Le très grand nombre des Européens se contente d’une seule épouse noire. Mais la polygamie est contagieuse. Sous l’influence provocante des ambiances, on voit d’exigeants gaillards orner leur intérieur de deux ou trois de ces bronzes vivants. Un colon de Mopti s’est acquis une légitime réputation dans la région de la Bouche du Niger, en affrontant le chiffre fatidique de sept. Moins pusillanime que Barbe-Bleue, il ne songe à en supprimer aucune. La case familiale ne manque pas d’originalité à l’heure du coucher, et elle eût, à coup sûr, attendri feu M. Piot, apôtre de la repopulation, avec ses sept grandes nattes réservées aux mères et les seize petites servant de couches aux enfants.

Le colon polygame ne se montre pas moins bon père que vigoureux époux. Il est plein d’attentions de tout genre pour sa nichée et se garde bien de l’oublier, même dans les rares occasions où il vient un peu respirer l’air de France. Un jour, à la veille de reprendre à Bordeaux le paquebot qui devait le ramener vers son grouillant bercail nigérien, une gentille pensée lui vint : « Si je rapportais un cadeau utile à mes aînés ? » Il y avait tout naturellement des « Nouvelles Galeries » dans la ville.
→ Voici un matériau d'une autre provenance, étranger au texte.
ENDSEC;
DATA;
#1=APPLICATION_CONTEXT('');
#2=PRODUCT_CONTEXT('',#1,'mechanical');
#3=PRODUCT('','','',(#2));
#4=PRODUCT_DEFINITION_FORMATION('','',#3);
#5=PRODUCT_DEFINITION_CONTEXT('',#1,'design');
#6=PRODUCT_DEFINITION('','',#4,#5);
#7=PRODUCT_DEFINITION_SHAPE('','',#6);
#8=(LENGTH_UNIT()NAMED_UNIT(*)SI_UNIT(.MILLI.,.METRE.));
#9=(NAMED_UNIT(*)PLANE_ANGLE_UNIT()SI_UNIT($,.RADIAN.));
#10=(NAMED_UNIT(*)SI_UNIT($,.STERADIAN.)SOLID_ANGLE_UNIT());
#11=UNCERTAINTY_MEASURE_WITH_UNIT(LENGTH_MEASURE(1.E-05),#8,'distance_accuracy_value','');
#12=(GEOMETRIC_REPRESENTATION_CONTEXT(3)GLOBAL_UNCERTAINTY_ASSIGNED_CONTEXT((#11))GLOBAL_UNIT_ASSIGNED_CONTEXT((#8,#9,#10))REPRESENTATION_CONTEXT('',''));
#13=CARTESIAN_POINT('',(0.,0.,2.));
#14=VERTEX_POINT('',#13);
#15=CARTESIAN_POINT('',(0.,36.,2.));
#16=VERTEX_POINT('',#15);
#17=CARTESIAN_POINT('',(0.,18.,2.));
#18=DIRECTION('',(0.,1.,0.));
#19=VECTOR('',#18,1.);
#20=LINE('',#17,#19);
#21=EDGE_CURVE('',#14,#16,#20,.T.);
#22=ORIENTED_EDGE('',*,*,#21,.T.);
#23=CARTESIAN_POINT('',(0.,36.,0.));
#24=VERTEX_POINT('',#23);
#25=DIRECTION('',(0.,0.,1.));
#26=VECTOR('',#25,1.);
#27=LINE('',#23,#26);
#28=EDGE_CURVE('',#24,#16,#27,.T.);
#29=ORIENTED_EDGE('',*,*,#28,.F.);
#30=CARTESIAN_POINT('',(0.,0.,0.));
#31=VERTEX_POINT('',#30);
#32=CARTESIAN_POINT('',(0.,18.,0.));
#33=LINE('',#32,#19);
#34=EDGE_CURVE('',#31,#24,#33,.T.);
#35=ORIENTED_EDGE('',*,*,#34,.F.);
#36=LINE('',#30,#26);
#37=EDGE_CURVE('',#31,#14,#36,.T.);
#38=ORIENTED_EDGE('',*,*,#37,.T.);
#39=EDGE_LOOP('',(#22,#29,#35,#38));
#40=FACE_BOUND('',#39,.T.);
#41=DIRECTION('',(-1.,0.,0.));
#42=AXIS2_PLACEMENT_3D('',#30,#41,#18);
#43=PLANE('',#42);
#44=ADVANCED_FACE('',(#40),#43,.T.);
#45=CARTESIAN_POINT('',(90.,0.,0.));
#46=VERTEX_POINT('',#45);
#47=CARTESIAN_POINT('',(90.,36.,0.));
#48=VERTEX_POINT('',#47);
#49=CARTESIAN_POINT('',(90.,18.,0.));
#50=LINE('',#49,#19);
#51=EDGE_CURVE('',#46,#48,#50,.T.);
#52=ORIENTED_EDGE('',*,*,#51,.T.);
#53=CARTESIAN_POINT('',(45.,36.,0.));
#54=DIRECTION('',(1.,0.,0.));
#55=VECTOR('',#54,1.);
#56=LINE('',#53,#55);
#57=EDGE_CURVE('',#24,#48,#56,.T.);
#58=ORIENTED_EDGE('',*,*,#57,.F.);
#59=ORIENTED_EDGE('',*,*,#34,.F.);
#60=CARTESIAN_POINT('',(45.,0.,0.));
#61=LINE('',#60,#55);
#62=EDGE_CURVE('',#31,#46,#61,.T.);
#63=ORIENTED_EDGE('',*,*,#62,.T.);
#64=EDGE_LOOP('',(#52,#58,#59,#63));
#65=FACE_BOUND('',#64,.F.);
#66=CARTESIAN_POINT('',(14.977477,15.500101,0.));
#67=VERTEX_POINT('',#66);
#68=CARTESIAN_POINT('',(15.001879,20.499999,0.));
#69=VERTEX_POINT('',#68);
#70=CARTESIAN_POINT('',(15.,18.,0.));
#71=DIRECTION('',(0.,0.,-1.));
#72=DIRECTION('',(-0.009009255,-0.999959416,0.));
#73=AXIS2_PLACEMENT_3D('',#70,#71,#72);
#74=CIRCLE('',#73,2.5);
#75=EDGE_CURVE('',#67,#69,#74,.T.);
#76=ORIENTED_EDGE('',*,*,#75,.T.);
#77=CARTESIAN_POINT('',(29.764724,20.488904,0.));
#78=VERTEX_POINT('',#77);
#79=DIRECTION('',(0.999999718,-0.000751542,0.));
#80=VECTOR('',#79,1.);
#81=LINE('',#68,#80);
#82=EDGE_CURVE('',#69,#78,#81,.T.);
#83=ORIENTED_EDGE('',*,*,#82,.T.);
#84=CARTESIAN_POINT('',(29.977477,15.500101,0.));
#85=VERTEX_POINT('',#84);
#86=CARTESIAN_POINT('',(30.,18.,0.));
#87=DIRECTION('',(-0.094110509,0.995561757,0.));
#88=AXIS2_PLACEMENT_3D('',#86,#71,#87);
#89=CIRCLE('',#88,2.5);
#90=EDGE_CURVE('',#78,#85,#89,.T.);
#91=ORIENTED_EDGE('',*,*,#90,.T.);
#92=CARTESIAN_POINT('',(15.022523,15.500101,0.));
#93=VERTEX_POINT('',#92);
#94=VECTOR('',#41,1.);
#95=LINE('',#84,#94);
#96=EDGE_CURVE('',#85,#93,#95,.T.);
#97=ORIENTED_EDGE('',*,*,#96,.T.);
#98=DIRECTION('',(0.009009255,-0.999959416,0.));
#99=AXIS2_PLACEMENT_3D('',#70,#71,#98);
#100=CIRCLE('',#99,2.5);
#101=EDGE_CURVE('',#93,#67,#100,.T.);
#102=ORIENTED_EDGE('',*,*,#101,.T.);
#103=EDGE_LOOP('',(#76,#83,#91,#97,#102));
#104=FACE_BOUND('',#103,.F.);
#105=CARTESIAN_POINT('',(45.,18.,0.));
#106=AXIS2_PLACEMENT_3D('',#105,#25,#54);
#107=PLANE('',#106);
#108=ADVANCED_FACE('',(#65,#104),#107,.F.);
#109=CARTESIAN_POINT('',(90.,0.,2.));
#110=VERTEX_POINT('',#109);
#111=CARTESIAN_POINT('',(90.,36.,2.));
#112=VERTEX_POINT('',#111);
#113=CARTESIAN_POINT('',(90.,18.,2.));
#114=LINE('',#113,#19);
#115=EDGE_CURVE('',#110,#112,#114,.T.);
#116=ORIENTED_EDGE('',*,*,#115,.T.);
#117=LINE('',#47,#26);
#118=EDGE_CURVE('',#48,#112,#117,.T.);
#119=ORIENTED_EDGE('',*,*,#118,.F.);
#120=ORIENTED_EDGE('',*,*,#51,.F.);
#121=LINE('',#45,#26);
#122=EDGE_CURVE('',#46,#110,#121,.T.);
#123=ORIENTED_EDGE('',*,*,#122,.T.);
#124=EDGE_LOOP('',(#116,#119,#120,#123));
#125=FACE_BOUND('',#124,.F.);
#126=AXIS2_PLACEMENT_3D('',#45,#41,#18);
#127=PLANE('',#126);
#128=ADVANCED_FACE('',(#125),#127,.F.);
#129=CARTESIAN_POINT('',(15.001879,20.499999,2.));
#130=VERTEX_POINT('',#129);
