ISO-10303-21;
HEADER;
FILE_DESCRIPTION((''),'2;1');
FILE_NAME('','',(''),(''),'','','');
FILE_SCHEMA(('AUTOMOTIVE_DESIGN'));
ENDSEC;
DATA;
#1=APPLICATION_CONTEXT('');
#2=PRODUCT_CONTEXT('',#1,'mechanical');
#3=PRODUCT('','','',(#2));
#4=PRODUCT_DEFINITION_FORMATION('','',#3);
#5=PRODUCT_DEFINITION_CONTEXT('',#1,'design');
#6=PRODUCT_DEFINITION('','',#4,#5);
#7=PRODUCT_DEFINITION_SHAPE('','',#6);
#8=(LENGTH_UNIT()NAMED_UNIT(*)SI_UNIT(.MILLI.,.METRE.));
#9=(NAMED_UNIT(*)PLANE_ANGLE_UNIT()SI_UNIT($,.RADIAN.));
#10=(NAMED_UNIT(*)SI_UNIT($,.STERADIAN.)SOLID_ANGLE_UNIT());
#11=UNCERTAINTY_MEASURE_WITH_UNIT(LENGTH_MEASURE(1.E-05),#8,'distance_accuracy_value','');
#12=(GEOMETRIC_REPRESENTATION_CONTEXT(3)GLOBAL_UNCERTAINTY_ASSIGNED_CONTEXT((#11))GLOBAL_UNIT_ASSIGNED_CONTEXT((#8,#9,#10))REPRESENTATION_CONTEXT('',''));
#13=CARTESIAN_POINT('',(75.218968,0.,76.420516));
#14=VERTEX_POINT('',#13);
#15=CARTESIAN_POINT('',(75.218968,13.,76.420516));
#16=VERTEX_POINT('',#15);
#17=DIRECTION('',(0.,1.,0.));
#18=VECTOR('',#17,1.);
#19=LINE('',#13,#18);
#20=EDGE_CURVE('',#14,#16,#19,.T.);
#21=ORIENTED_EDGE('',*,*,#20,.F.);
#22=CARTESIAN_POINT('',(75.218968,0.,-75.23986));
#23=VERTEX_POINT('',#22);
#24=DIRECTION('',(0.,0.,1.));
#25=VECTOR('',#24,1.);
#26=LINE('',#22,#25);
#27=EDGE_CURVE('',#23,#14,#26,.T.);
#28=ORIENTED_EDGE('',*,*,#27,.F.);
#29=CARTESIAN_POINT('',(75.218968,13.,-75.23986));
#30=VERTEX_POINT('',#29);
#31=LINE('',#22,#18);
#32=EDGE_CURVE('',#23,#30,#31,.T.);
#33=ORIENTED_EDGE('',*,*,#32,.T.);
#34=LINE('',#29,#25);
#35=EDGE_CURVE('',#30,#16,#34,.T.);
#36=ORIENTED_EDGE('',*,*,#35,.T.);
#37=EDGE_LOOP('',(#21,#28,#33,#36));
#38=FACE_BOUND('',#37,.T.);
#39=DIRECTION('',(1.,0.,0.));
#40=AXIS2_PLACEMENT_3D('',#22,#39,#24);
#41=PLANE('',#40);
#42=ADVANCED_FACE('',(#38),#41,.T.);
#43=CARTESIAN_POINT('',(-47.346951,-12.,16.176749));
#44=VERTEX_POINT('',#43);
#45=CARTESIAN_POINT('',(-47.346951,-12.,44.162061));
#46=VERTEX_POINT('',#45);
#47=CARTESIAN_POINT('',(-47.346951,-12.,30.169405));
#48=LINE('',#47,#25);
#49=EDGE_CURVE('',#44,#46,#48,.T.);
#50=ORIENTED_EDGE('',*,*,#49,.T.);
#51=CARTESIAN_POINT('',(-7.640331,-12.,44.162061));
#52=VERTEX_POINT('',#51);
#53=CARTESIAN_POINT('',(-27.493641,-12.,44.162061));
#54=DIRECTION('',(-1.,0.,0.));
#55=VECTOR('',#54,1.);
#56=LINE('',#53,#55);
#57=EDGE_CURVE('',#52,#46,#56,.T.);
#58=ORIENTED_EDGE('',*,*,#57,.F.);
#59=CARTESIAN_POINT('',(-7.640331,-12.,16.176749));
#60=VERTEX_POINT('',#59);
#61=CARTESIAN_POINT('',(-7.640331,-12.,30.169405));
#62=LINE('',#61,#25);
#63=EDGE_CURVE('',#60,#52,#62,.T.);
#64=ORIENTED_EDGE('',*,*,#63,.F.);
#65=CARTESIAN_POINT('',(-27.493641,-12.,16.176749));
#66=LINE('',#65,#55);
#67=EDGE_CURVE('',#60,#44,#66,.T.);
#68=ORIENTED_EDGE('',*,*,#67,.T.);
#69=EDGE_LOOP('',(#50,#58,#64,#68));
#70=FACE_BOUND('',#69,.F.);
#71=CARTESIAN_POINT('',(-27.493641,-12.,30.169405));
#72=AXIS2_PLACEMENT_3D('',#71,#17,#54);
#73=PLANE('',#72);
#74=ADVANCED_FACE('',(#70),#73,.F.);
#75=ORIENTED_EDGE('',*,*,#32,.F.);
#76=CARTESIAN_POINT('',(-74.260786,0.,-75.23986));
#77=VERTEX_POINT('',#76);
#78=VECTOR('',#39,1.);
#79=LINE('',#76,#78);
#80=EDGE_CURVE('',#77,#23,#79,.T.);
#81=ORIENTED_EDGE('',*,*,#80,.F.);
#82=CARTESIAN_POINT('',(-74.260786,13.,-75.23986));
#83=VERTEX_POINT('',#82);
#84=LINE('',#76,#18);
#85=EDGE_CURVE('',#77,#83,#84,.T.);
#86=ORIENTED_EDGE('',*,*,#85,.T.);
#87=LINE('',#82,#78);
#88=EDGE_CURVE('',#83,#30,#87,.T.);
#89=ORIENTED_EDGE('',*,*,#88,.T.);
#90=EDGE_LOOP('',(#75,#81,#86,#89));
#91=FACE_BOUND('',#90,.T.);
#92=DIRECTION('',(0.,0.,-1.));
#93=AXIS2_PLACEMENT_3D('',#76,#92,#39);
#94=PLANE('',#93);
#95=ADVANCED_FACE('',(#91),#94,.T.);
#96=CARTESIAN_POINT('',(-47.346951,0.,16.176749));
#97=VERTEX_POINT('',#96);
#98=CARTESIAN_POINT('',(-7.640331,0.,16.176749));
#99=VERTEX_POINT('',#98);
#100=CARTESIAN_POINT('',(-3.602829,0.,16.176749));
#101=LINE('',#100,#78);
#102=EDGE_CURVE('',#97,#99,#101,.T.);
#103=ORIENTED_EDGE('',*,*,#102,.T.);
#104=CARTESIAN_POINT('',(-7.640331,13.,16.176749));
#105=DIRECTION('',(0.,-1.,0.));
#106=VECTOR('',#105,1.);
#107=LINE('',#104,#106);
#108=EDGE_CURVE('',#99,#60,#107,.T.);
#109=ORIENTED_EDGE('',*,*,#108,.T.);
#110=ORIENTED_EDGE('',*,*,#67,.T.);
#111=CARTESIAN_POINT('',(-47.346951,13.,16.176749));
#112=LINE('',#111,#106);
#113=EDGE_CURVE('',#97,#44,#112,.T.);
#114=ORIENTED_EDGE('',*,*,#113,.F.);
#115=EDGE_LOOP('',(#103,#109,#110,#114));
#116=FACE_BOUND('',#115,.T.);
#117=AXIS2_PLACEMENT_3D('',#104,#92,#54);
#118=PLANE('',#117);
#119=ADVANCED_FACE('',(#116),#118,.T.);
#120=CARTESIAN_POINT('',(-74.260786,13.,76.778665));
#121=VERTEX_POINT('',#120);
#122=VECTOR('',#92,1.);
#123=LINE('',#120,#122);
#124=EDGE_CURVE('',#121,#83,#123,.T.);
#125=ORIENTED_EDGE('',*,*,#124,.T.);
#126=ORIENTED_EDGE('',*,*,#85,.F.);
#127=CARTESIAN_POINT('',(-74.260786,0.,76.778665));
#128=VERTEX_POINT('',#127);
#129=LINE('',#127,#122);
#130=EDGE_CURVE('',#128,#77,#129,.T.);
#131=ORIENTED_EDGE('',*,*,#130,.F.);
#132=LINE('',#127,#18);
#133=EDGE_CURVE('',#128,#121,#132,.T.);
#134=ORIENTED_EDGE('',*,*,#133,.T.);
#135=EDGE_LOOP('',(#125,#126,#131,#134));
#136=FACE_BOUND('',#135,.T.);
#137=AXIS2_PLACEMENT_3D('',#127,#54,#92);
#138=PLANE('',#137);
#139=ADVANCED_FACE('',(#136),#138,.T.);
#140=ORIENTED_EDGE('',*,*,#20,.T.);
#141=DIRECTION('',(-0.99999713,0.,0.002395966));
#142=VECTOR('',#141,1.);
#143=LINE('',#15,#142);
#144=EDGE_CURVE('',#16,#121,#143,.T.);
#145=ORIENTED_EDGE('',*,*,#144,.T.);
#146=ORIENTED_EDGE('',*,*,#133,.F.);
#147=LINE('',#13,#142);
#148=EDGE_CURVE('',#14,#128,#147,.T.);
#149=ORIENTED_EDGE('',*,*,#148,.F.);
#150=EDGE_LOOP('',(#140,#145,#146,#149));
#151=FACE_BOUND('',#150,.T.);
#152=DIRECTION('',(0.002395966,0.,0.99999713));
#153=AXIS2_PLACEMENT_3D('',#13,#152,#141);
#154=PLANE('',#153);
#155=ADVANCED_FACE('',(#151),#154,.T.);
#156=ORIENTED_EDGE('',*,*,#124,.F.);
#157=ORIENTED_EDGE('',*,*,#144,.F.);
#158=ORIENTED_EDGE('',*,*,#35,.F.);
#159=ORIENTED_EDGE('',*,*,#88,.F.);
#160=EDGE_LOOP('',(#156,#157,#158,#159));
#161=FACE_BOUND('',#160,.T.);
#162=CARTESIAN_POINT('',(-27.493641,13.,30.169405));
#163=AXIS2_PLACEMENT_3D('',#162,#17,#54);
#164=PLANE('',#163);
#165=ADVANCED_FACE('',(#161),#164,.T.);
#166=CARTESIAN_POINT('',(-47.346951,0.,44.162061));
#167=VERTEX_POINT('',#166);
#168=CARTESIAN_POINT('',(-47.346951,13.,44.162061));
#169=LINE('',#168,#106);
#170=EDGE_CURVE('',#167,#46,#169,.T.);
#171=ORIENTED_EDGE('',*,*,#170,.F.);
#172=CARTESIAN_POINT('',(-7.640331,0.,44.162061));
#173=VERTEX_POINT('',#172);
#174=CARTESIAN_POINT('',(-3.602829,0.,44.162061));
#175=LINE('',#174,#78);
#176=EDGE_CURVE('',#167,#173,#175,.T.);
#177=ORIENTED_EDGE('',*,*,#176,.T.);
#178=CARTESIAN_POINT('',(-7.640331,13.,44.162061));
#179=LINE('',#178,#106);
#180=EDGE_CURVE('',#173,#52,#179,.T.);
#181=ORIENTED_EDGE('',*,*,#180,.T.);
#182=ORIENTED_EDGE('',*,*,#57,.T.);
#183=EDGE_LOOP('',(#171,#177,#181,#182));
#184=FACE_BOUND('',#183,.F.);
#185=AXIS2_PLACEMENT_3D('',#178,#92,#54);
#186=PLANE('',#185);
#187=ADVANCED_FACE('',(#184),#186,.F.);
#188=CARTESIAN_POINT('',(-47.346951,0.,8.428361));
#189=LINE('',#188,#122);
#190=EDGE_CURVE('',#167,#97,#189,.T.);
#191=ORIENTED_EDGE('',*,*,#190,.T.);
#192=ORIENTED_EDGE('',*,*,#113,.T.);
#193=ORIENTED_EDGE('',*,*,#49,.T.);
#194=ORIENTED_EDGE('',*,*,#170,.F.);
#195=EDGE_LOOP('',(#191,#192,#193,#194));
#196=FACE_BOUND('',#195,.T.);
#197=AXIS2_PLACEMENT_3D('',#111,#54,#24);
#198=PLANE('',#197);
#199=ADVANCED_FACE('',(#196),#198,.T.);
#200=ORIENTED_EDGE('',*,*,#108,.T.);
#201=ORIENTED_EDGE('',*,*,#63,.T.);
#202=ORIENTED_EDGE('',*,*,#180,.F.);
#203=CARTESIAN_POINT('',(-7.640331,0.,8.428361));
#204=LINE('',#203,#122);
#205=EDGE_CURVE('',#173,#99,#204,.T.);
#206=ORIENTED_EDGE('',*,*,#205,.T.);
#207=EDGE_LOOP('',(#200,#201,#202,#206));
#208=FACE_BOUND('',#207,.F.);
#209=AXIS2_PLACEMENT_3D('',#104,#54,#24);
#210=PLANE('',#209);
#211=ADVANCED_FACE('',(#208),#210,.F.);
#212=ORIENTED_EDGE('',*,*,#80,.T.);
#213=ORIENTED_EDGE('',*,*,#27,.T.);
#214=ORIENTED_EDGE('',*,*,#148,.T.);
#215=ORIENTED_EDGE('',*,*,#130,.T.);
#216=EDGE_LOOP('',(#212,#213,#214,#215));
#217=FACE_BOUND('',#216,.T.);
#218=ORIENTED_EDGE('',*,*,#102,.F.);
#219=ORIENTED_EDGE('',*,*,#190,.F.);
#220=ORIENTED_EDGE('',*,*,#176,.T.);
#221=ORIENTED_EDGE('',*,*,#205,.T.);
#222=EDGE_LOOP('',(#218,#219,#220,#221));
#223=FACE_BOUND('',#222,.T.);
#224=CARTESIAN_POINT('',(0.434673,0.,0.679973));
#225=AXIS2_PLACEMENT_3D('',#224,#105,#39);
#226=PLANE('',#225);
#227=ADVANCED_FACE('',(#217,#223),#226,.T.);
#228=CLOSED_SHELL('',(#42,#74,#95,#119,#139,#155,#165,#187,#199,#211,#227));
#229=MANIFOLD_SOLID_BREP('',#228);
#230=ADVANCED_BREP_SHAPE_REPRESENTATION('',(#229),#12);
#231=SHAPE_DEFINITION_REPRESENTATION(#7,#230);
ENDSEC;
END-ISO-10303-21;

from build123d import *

# Parameters (mm, degrees)
F1_DEPTH = 13
F4_W     = 39.5263805985
F4_H     = 30.6198559701
F5_DEPTH = 12
F3_W     = 39.7066194564
F3_H     = 27.9853120446
F6_DEPTH = 25


with BuildPart() as f1:
    # F0 (on Front) → F1 (new body)
    with BuildSketch(Plane.XZ):
        Polygon((75.2189680934, 76.4205157757), (-74.2607861757, 76.778665185), (-74.2607861757, -75.2398595214), (75.2189680934, -75.2398595214), align=None)
    extrude(amount=-F1_DEPTH)

    # F4 (on face) → F5 (join)
    with BuildSketch(Plane.XZ):
        with Locations((24.8862691224, 28.5907592624)):
            Rectangle(F4_W, F4_H)
    extrude(amount=-F5_DEPTH)

    # F3 (on face) → F6 (join)
    with BuildSketch(Plane(origin=(0, 13, 0), x_dir=(-1, 0, 0), z_dir=(0, 1, 0))):
        with Locations((27.4936407804, 30.1694050431)):
            Rectangle(F3_W, F3_H)
    extrude(amount=-F6_DEPTH)


solid = f1.part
Notre homme s’y rendit et déclara à l’accorte vendeuse en robe noire :

— Je voudrais quatre costumes marins pour mes enfants. Donnez-moi la taille de garçonnets de six ans.

— Vous voulez dire, monsieur, les tailles entre six et dix ans, rectifia la nymphe du rayon.

— Non, non, je connais bien l’âge de mes fils, allez : six ans tous les quatre.

— Mais, monsieur, c’est impossible… songez donc. Leur mère n’a pas pu…

L’acheteur partit d’un rire triomphant :

— Ah ! c’est vrai ! Vous ne pouvez comprendre. C’est que je vais vous dire, mademoiselle, j’ai sept femmes, vous entendez, sept !

La vendeuse reconnut sans peine que c’était un joli chiffre. Eh bien ! croiriez-vous qu’il n’arrive pas, ce chiffre, à contenter le bouillant, l’insatiable, l’indémontable colon. Voilà qui nous prouve mieux que tout combien l’homme est difficile à satisfaire ici-bas. Un jour, l’époux à la septième puissance m’a confié d’un ton grave et pénétré :

— Si je vous disais que, malgré mon sérail, il me manque quelque chose.